Last Week's News, By The Numbers

What were some of last week's big news stories impacting solution providers? Here are five that will interest partners of SAP, Cisco, Avnet and GE Digital, and highlight a key acquisition within the channel.  

15,000 – Approximate number of channel partners in SAP's PartnerEdge program (although less than half – about 7,000 – are active, according to Rodolpho Cardenuto, president of SAP global channels and general business). Under the new Referral Option within PartnerEdge, solution providers earn a finder's fee for cloud software sales leads they bring to SAP. The fees are 10 percent of a deal's value in the U.S., 5 percent in some other countries.

2 percent to 4 percent – Projected year-over-year revenue decline for Cisco after it released its second-quarter fiscal 2017 results. CEO Chuck Robbins linked the projected drop to a slowdown in service provider spending as companies watch how the U.S. and global political landscapes will change following the election of Donald Trump as president of the United States.

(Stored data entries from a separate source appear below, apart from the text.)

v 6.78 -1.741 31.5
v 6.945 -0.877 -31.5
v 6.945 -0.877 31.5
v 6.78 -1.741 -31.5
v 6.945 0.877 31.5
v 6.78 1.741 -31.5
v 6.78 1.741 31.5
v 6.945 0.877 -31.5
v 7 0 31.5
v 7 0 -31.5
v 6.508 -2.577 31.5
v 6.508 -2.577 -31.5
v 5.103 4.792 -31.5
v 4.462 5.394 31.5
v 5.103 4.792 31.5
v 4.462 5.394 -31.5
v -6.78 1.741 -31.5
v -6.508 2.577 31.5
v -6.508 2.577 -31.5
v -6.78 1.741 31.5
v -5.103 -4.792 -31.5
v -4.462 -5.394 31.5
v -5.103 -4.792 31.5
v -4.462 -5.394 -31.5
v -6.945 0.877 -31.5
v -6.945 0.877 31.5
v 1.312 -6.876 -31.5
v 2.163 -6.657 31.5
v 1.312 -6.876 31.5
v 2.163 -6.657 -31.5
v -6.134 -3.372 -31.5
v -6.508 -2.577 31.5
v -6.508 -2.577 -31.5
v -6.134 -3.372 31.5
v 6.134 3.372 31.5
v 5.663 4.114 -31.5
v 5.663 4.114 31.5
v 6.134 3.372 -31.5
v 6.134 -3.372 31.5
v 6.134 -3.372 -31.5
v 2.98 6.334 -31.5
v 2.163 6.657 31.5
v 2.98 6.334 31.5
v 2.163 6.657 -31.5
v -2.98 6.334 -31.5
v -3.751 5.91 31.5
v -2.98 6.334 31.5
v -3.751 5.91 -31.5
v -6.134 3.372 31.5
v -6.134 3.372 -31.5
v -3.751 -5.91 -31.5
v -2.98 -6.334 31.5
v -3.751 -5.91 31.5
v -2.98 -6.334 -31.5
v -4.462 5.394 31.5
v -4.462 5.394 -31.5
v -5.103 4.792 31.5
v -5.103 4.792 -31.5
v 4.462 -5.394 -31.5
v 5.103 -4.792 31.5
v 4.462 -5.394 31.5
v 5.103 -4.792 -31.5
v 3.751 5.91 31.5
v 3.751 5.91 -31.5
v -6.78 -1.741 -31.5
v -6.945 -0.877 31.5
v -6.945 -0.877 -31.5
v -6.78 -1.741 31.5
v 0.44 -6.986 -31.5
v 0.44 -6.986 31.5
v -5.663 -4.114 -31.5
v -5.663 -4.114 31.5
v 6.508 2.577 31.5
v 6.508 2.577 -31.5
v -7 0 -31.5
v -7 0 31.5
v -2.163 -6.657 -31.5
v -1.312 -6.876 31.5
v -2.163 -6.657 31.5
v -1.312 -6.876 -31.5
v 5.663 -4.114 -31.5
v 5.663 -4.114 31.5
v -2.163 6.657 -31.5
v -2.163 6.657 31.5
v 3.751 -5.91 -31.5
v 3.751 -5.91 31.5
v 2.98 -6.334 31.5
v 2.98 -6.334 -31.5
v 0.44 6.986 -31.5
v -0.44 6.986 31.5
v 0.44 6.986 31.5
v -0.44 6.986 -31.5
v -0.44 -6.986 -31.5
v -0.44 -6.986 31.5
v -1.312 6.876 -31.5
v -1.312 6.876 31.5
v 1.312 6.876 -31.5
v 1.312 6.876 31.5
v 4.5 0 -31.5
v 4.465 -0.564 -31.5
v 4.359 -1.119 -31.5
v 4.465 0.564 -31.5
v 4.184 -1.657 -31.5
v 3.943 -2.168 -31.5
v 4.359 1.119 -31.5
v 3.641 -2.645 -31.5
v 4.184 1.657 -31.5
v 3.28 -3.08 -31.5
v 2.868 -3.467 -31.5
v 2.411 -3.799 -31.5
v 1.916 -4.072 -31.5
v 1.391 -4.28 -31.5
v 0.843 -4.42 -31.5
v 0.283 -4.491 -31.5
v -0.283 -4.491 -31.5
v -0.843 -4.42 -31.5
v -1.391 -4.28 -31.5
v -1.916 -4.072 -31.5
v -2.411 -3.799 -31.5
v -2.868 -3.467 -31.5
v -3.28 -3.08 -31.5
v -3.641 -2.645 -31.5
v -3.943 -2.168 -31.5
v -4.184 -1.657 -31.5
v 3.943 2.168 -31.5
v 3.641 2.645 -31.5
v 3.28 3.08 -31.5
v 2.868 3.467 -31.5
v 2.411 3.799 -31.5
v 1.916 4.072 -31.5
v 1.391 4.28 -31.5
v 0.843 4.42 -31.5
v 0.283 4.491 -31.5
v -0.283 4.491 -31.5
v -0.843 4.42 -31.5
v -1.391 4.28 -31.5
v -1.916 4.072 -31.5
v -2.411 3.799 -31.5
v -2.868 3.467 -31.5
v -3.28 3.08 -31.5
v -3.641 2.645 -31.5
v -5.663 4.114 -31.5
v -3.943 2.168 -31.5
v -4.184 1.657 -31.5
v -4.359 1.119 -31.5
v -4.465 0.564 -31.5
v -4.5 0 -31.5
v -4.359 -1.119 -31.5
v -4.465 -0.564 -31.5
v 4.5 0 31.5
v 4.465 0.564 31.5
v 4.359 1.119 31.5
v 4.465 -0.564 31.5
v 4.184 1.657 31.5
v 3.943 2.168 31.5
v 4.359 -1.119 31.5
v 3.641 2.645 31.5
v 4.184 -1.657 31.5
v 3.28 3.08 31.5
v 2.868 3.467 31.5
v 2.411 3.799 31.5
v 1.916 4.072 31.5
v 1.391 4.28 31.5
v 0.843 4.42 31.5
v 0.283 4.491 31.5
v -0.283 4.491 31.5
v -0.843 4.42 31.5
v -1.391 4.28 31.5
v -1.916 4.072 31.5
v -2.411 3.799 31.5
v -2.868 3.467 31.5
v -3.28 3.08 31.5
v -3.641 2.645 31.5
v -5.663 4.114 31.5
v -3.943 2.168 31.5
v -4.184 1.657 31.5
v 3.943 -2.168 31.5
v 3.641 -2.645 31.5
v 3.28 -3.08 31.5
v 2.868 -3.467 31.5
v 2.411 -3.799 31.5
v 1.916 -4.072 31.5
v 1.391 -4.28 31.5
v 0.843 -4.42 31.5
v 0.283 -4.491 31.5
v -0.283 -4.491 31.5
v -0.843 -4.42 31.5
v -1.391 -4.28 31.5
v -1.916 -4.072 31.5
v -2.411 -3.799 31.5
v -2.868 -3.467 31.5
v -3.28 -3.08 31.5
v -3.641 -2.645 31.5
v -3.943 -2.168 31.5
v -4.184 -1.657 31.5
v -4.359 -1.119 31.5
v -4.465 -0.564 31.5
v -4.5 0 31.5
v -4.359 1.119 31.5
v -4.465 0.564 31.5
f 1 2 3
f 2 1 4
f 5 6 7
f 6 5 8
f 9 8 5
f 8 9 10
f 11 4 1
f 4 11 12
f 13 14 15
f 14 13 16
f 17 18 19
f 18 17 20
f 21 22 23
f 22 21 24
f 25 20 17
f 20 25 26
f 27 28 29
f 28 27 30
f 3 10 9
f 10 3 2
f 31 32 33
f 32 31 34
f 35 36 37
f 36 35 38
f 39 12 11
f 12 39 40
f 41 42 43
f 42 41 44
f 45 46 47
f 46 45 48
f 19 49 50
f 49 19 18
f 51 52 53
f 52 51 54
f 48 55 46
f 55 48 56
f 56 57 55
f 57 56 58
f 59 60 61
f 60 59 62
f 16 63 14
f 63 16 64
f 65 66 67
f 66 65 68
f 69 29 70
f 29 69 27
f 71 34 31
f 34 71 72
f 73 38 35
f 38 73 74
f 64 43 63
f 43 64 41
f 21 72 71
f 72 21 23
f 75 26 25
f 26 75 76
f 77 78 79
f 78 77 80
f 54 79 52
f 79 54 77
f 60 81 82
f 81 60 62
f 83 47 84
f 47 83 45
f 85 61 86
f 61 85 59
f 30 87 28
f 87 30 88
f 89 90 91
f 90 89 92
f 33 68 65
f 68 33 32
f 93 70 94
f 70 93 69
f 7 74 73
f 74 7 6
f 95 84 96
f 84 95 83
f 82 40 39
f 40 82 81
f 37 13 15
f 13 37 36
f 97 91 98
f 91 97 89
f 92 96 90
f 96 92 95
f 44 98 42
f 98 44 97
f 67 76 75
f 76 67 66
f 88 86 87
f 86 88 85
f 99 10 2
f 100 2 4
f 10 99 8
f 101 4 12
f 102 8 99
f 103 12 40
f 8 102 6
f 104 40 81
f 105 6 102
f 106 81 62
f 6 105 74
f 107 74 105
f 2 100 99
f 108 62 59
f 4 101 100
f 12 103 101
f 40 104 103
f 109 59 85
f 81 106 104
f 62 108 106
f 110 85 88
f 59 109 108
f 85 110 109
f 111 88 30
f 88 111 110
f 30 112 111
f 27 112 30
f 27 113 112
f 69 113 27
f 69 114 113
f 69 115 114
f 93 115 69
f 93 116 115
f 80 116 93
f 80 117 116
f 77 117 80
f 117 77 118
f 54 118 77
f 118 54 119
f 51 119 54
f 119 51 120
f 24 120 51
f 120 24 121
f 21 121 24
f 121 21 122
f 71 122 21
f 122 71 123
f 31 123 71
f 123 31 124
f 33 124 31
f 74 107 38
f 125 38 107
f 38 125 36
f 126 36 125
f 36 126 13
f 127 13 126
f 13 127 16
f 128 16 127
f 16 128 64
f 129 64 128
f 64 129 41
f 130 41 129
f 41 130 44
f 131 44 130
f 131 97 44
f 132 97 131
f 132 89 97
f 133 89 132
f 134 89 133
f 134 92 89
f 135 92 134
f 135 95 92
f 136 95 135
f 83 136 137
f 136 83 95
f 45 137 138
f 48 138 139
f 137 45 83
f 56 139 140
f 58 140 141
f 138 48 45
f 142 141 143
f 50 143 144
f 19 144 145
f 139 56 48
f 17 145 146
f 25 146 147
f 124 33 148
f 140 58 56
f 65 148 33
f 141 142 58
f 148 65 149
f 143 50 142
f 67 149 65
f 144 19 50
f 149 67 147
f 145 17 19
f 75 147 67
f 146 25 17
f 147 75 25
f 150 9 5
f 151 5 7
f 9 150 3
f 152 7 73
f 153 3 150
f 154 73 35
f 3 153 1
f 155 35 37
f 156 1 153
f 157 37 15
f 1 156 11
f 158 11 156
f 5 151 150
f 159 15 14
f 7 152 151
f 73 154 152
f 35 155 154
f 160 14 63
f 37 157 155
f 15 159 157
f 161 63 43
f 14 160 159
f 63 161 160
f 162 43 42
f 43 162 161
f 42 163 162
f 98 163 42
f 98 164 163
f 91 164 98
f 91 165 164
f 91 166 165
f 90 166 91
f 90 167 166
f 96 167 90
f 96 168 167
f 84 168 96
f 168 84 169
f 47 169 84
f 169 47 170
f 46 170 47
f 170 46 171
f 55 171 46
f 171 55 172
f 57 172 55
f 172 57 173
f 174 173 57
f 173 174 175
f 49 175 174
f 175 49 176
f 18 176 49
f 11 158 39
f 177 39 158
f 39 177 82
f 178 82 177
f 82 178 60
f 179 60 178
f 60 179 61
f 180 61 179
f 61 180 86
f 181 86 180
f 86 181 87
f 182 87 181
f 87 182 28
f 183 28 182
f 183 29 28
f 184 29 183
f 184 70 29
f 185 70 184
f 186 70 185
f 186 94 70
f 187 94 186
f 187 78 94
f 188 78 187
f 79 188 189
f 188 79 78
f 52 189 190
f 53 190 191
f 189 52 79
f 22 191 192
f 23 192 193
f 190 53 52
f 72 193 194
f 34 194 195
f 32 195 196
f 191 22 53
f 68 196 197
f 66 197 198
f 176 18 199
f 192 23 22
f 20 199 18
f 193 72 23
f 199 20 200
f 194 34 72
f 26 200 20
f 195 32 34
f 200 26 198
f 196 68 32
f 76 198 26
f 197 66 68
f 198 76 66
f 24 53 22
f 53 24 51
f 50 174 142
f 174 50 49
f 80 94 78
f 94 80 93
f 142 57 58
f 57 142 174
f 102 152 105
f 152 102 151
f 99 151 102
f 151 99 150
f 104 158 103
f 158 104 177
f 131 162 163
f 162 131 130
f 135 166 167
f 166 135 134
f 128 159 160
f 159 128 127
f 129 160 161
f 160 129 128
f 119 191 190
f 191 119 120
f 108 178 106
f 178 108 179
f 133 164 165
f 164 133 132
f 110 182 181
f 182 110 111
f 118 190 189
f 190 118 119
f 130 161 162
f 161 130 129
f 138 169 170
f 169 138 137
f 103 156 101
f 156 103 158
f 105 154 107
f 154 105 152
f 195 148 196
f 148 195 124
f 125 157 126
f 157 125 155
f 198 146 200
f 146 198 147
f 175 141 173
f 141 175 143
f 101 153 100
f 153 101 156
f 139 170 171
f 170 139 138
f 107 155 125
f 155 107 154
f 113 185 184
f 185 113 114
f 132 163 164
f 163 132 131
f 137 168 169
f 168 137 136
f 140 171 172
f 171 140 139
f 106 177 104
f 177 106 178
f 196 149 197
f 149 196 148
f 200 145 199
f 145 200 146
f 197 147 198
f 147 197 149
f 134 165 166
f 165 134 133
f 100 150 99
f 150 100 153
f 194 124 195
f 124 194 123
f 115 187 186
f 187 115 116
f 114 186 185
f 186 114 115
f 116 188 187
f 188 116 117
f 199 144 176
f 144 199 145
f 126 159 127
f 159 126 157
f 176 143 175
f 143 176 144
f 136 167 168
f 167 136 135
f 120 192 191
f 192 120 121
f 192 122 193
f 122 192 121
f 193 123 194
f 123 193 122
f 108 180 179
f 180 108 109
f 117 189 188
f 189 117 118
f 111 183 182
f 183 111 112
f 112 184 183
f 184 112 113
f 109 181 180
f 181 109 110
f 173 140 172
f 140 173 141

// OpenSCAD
$fn = 50;


difference() {
	union() {
		translate(v = [0, 0, -31.5000000000]) {
			cylinder(h = 63, r = 7.0000000000);
		}
	}
	union() {
		translate(v = [0, 0, -100.0000000000]) {
			cylinder(h = 200, r = 4.5000000000);
		}
	}
}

475 – Number of employees of Cleveland-based Park Place Technologies after its acquisition of Ardent Support Technologies, of Dover, N.H., announced last week. Ardent, which provides third-party maintenance for data center hardware, has been a strategic partner of Park Place for several years and brings "depth" to Park Place's 6,500 customers across 90 countries, according to Park Place COO Chris Adams.

$3,500 to $7,000 – Per-month cost range for a solution provider that wants to sign up for a managed security service launched by Phoenix-based distributor Avnet. The service, Recon, is aimed at boosting partner margins and making solution providers stickier with end users in health care and retail. Avnet says Recon will make it easy for partners to provide SMB and midmarket customers with intrusion detection, vulnerability assessments, and security incident and event management (SIEM). The exact cost will depend on the complexity of a solution provider's end-user environments.

$915 million – Price that GE Digital paid to acquire field service management company ServiceMax. GE Digital said the deal will give it more services options for the Industrial Internet of Things (IoT) market and help it commercialize applications for automating and digitizing heavy-duty machinery on GE's Predix platform. Andy Sivaraman, senior vice president at Paramus, N.J.-based GE partner ITC Infotech, said the acquisition would be essential for GE Digital to build out its Industrial IoT product portfolio.